Rufen Sie Ihre Abgeordneten auf, sich für die Ampel einzusetzen. Ganz einfach auf abgeordnetenwatch.de!

Schon mehr als 10.000 Menschen haben sich an der Mitmach-Aktion von foodwatch zur Ampelkennzeichnung beteiligt und an Bundeslandwirtschaftsminister Horst Seehofer sowie die zuständigen Europa-Abgeordneten appelliert, sich für die "Ampelkennzeichnung" einzusetzen. Jetzt können Sie noch mehr tun: Fordern Sie Ihre(n) Bundestagsabgeordnete(n) auf, die "Ampel" zu unterstützen. Ganz einfach auf die Internetseite abgeordnetenwatch.de gehen! Wir versprechen Ihnen: Das bleibt nicht ohne Wirkung.

Liebe Leute,

die Reaktion auf unsere Mitmach-Aktion für eine Ampelkennzeichnung der Nährwerte von Lebensmitteln ist überwältigend. In kurzer Zeit haben sich mehr als 10.000 Menschen beteiligt und an Bundeslandwirtschaftsminister Horst Seehofer, aber auch an die zuständigen EU-Kommissare und die Fraktionsvorsitzenden im Europa-Parlament geschrieben. Ganz klar ist: Die Menschen haben es satt, mit der Lupe missverständliche Produktinformationen auf den Verpackungen zu enträtseln. Deshalb setzt sich foodwatch für das in England bereits erfolgreich verwendete Ampelsystem ein. Dort wird die Ampelkennzeichnung für Lebensmittel bereits auf 10.000 Produkten verwendet. Die Farben Rot, Gelb und Grün weisen für jeden verständlich auf den Gehalt an Fett, Zucker und Salz hin.

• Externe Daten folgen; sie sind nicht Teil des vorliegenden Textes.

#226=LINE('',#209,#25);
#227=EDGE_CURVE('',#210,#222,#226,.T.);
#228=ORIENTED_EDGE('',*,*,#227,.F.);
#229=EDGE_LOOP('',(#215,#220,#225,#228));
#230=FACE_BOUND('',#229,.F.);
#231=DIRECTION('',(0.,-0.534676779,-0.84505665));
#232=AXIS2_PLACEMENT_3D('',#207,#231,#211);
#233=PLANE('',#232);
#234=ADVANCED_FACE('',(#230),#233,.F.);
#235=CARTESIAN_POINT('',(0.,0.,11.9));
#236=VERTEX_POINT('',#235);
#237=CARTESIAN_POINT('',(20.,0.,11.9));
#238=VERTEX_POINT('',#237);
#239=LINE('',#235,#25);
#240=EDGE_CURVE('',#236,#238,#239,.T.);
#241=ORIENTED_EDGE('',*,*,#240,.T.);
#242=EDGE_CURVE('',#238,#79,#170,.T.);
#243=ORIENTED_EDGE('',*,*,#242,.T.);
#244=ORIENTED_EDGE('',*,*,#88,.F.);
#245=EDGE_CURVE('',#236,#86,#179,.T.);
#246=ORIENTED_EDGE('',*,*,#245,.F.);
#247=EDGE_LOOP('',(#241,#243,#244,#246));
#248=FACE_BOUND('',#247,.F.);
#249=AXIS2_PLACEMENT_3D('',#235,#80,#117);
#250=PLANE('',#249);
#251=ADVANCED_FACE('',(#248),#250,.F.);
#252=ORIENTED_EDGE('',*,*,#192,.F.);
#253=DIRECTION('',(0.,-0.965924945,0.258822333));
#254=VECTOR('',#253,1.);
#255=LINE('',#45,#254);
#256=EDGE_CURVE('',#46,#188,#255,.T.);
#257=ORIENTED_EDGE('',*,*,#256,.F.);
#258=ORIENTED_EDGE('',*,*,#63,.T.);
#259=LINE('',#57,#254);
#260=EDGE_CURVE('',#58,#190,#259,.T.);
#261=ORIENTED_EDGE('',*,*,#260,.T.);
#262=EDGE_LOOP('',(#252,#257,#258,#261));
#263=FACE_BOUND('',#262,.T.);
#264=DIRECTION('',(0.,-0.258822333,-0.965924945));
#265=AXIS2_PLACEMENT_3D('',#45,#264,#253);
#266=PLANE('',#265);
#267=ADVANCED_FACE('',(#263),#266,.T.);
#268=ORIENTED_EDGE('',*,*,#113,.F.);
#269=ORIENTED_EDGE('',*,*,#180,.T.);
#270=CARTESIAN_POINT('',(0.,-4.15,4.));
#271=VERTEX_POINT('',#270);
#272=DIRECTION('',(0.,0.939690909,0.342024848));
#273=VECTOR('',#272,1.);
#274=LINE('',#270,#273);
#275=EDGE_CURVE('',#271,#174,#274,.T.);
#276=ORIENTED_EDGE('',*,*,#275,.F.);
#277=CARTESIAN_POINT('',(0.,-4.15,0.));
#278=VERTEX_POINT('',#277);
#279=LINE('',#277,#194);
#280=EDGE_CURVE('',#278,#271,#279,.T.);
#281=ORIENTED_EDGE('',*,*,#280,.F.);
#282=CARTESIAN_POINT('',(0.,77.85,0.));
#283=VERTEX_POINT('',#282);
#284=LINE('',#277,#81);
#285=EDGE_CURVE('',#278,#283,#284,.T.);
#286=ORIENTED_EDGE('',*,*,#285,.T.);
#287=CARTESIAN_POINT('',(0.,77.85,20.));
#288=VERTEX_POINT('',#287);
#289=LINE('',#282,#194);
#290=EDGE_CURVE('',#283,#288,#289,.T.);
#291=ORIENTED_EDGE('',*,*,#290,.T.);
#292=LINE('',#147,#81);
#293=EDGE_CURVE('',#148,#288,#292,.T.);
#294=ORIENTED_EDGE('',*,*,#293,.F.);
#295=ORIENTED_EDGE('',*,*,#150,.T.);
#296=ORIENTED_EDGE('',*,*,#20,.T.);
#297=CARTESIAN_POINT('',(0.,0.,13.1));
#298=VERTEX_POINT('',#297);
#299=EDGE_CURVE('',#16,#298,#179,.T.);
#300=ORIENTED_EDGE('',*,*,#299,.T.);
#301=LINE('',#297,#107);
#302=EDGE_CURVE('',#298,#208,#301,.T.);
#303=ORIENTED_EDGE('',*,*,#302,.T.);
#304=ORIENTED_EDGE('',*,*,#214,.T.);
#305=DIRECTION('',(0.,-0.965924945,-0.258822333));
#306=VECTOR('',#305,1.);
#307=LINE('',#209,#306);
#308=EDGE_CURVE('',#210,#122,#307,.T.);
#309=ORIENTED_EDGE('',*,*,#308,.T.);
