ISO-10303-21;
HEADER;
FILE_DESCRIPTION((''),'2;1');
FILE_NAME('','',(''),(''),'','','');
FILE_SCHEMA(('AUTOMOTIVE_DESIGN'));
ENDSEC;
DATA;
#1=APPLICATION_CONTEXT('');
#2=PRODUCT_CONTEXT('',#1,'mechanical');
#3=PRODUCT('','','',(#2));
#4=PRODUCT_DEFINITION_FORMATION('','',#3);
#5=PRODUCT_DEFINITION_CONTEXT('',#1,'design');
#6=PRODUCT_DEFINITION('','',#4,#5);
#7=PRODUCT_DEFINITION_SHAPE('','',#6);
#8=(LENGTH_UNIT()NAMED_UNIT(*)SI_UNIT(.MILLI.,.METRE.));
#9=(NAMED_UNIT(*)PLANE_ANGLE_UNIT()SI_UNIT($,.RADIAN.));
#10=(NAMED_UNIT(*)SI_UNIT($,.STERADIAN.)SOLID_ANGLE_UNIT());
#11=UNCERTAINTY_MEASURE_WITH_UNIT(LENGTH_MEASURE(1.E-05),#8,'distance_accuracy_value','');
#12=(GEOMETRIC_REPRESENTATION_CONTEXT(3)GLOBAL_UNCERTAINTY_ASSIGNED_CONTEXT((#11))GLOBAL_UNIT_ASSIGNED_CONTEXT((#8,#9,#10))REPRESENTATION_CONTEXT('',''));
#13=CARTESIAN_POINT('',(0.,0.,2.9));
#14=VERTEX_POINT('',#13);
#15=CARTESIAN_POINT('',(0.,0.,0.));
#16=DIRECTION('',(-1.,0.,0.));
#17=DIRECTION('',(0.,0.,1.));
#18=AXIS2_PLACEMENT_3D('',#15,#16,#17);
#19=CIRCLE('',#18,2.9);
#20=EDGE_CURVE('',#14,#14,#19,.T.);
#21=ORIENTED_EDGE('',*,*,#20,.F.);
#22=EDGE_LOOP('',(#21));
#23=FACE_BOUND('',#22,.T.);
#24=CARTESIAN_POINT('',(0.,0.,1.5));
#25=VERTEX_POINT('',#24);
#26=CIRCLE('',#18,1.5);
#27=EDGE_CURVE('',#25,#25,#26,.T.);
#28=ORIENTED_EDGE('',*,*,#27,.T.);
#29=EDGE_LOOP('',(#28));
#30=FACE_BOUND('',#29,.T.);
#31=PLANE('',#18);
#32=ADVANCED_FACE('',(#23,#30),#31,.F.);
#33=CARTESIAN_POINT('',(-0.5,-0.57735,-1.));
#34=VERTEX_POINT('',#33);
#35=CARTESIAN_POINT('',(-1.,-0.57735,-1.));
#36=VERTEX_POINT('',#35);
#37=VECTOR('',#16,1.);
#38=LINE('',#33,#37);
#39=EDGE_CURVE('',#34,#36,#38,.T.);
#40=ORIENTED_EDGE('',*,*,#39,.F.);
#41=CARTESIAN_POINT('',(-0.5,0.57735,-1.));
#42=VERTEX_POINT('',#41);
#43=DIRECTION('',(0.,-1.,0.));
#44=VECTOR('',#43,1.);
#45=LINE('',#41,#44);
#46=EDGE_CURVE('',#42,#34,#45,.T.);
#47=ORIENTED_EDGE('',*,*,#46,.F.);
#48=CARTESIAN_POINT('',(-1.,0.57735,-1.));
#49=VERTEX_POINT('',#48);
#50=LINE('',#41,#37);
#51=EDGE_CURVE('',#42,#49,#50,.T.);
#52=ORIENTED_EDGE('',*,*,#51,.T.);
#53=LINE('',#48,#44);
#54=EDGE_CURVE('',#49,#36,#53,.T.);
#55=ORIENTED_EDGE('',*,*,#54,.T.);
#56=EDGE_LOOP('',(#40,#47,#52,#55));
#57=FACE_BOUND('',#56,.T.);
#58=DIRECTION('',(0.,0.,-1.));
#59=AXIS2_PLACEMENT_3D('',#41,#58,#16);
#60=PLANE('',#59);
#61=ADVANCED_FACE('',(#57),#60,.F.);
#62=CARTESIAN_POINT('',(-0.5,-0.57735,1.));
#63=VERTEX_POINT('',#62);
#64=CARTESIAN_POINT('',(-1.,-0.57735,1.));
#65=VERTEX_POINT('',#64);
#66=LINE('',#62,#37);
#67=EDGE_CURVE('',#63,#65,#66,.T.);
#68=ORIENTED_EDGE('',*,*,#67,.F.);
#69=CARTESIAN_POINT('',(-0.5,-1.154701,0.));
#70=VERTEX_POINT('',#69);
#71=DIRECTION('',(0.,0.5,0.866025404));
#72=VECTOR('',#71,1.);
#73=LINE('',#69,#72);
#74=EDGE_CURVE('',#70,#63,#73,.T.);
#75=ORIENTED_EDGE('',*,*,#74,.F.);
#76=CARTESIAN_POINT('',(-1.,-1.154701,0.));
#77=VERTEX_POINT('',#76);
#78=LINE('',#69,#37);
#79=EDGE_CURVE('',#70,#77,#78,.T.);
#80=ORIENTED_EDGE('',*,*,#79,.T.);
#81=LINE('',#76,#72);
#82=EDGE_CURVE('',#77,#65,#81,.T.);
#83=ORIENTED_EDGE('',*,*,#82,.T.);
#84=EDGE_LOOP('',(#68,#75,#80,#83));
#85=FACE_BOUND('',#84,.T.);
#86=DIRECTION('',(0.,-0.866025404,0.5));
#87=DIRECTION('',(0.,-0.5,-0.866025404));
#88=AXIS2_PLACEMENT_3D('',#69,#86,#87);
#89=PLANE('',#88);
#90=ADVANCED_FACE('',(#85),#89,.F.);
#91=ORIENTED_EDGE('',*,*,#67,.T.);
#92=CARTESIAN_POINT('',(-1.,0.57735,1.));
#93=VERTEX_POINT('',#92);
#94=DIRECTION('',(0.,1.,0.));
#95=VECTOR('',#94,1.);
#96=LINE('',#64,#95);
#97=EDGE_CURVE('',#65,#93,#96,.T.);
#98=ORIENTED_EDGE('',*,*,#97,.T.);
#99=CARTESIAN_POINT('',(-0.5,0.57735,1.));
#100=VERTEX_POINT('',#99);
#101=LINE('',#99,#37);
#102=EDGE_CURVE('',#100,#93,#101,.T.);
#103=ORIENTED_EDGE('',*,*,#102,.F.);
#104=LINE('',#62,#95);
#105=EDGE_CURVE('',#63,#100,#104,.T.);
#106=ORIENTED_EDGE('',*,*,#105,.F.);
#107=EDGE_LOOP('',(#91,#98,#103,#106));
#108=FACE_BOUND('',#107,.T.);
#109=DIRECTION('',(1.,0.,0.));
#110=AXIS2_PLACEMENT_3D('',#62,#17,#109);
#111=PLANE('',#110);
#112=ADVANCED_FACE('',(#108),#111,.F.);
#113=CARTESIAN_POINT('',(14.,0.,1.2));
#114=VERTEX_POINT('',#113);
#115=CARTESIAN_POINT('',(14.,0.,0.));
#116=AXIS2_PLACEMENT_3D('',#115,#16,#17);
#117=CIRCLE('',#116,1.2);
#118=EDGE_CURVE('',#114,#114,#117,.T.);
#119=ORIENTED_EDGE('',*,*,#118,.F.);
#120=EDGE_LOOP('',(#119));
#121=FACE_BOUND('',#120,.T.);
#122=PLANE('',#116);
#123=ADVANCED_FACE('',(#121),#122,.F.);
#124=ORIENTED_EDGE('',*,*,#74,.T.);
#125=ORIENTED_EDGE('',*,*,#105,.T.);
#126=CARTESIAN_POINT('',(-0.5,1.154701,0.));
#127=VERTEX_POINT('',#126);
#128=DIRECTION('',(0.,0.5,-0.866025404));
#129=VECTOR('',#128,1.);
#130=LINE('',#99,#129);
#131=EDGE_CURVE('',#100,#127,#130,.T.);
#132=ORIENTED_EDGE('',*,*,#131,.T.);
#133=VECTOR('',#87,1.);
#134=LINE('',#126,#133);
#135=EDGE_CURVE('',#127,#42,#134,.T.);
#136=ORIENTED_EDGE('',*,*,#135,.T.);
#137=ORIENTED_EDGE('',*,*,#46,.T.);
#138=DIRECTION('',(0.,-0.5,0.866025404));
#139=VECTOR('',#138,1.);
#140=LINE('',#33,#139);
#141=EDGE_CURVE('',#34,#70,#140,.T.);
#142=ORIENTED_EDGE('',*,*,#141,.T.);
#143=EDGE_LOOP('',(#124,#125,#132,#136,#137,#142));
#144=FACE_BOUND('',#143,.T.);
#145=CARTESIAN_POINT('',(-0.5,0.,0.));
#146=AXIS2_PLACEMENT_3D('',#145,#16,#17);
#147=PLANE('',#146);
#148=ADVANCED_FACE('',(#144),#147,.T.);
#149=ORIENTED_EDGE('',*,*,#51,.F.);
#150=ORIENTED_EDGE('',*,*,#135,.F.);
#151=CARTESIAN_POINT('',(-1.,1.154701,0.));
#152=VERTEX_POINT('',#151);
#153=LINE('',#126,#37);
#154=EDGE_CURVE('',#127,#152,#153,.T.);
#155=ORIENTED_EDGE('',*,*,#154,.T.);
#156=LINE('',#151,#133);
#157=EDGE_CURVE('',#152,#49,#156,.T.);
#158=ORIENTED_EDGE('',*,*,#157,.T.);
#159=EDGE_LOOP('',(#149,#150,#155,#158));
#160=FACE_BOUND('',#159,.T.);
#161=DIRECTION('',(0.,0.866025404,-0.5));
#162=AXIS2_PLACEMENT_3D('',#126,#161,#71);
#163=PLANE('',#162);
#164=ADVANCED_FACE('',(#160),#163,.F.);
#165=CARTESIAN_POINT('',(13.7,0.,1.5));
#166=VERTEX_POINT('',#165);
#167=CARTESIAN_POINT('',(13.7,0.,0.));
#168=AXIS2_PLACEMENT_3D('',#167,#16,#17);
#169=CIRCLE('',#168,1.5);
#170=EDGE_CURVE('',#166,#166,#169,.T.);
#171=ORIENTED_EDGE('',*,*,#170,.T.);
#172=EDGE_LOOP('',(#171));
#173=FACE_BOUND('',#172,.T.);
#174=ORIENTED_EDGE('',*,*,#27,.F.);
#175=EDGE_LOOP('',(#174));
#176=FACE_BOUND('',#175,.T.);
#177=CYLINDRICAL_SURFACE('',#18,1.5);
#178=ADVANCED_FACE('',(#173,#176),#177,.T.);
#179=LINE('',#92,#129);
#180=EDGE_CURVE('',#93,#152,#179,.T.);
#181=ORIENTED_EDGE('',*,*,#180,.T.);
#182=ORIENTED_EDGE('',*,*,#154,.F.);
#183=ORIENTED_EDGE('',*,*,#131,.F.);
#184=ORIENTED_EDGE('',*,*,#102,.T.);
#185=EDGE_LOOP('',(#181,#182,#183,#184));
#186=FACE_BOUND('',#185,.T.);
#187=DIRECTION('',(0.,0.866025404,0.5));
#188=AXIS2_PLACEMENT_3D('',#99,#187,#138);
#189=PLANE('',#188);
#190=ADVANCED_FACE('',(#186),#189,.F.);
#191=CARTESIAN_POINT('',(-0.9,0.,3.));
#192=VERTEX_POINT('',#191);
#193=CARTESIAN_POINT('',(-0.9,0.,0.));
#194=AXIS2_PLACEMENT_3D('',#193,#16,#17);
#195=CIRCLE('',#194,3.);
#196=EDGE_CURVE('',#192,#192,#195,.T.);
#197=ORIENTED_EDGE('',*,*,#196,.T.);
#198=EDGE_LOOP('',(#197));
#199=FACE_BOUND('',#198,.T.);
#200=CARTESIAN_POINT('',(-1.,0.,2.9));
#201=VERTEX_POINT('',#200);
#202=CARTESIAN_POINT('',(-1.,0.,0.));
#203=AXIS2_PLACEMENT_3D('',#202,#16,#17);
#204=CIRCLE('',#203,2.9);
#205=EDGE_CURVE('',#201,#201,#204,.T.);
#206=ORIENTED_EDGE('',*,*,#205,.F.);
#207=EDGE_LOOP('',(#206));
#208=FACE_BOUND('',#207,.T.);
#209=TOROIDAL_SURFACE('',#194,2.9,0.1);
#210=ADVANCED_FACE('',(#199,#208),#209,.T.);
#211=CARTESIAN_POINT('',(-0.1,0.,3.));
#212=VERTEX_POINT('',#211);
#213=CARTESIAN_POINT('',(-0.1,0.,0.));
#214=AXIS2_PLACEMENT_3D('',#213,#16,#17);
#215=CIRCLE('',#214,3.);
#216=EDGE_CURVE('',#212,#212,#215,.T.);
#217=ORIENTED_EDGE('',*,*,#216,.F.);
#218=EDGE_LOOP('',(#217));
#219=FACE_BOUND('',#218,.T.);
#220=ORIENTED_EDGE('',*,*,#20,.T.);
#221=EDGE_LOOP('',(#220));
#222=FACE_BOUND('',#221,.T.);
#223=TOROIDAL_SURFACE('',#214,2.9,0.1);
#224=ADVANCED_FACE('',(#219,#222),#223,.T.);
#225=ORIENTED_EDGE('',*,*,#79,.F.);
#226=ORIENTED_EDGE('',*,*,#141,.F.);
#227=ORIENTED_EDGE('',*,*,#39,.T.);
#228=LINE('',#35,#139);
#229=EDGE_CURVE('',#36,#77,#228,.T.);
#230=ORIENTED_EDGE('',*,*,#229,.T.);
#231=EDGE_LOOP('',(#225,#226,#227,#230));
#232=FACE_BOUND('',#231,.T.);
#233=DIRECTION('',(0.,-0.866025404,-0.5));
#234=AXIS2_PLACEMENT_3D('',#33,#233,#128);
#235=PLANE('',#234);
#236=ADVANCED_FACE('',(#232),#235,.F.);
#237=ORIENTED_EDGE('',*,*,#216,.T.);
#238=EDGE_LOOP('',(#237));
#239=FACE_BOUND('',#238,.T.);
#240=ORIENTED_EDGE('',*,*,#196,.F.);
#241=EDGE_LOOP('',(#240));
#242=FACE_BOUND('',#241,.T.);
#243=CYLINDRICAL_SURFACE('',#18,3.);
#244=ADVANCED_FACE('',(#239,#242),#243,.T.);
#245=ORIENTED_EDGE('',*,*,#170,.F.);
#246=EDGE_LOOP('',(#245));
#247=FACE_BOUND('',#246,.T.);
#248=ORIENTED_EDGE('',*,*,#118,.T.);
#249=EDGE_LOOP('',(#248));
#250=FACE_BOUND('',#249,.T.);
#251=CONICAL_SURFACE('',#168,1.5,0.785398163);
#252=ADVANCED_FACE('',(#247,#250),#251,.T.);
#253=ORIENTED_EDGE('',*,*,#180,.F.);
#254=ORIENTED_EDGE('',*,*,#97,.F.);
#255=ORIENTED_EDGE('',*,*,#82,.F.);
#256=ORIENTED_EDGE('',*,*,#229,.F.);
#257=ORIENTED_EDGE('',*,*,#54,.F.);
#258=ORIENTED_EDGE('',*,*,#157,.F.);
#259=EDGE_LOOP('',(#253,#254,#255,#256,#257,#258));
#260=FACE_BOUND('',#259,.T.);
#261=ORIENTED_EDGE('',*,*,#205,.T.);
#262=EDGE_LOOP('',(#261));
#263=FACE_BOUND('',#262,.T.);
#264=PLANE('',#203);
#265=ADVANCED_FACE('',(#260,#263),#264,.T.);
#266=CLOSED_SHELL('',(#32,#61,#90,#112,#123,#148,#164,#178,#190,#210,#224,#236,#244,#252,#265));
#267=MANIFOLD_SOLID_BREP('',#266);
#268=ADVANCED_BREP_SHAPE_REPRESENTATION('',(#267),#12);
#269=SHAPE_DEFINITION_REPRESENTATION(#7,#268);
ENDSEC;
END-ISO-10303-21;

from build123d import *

# Parameters (mm, degrees)
CUT_EXTRUDE_1_DEPTH = 0.5


with BuildPart() as part:
    # 草图1 → 旋转1 (revolve)
    with BuildSketch(Plane.XY, mode=Mode.PRIVATE) as revolve_1_sk:
        Polygon((14, 1.2), (13.7, 1.5), (0, 1.5), (0, 0), (14, 0), align=None)
        with BuildLine():
            Line((-0.1, 3), (-0.9, 3))
            ThreePointArc((-0.9, 3), (-0.970710678, 2.970710678), (-1, 2.9))
            Line((-1, 2.9), (-1, 0))
            Line((-1, 0), (0, 0))
            Line((0, 0), (0, 2.9))
            ThreePointArc((0, 2.9), (-0.029289322, 2.970710678), (-0.1, 3))
        make_face()
    revolve(revolve_1_sk.sketch.rotate(Axis((0, 0, 0), (1, 0, 0)), 90), axis=Axis((0, 0, 0), (1, 0, 0)))

    # 草图2 → 切除-拉伸1 (cut)
    with BuildSketch(Plane.ZY.offset(1)):
        Polygon((1, -0.577350269), (1, 0.577350269), (0, 1.154700538), (-1, 0.577350269), (-1, -0.577350269), (0, -1.154700538), align=None)
    extrude(amount=-CUT_EXTRUDE_1_DEPTH, mode=Mode.SUBTRACT)


solid = part.part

Die Nahrungsmittelindustrie, unterstützt von Horst Seehofer und der EU-Kommission, will dagegen ein irreführendes, unverständliches Zahlensystem, das die tatsächlichen Nährwerte verschleiert! Allerdings ist das kein Wunder. Das Ampelsystem würde deutlich machen: Viele verarbeitete Lebensmittel, zum Beispiel Frühstückscerealien und Joghurtdrinks, sind gnadenlos überzuckert und tragen zum drängenden Problem des Übergewichts - insbesondere von Kindern - bei. Weitere Informationen zur Ampelkennzeichung und zum Vorschlag der Nahrungsmittelindustrie finden Sie hier.

Der Kampf um die Ampel ist noch lange nicht entschieden. Auch Ihre Stimme zählt! Unterschreiben Sie jetzt, falls Sie noch nicht an der Protestaktion mitgemacht haben.

Und falls Sie schon teilgenommen haben, empfehlen Sie die Aktion bitte weiter. Ganz einfach mit dem neuen Weitersagen-Formular auf der foodwatch-Internetseite.

Wollen Sie politisch noch mehr bewegen? Es liegt ganz allein in Ihrer Hand. Gehen Sie jetzt auf www.abgeordnetenwatch.de und fordern Sie die Ampel!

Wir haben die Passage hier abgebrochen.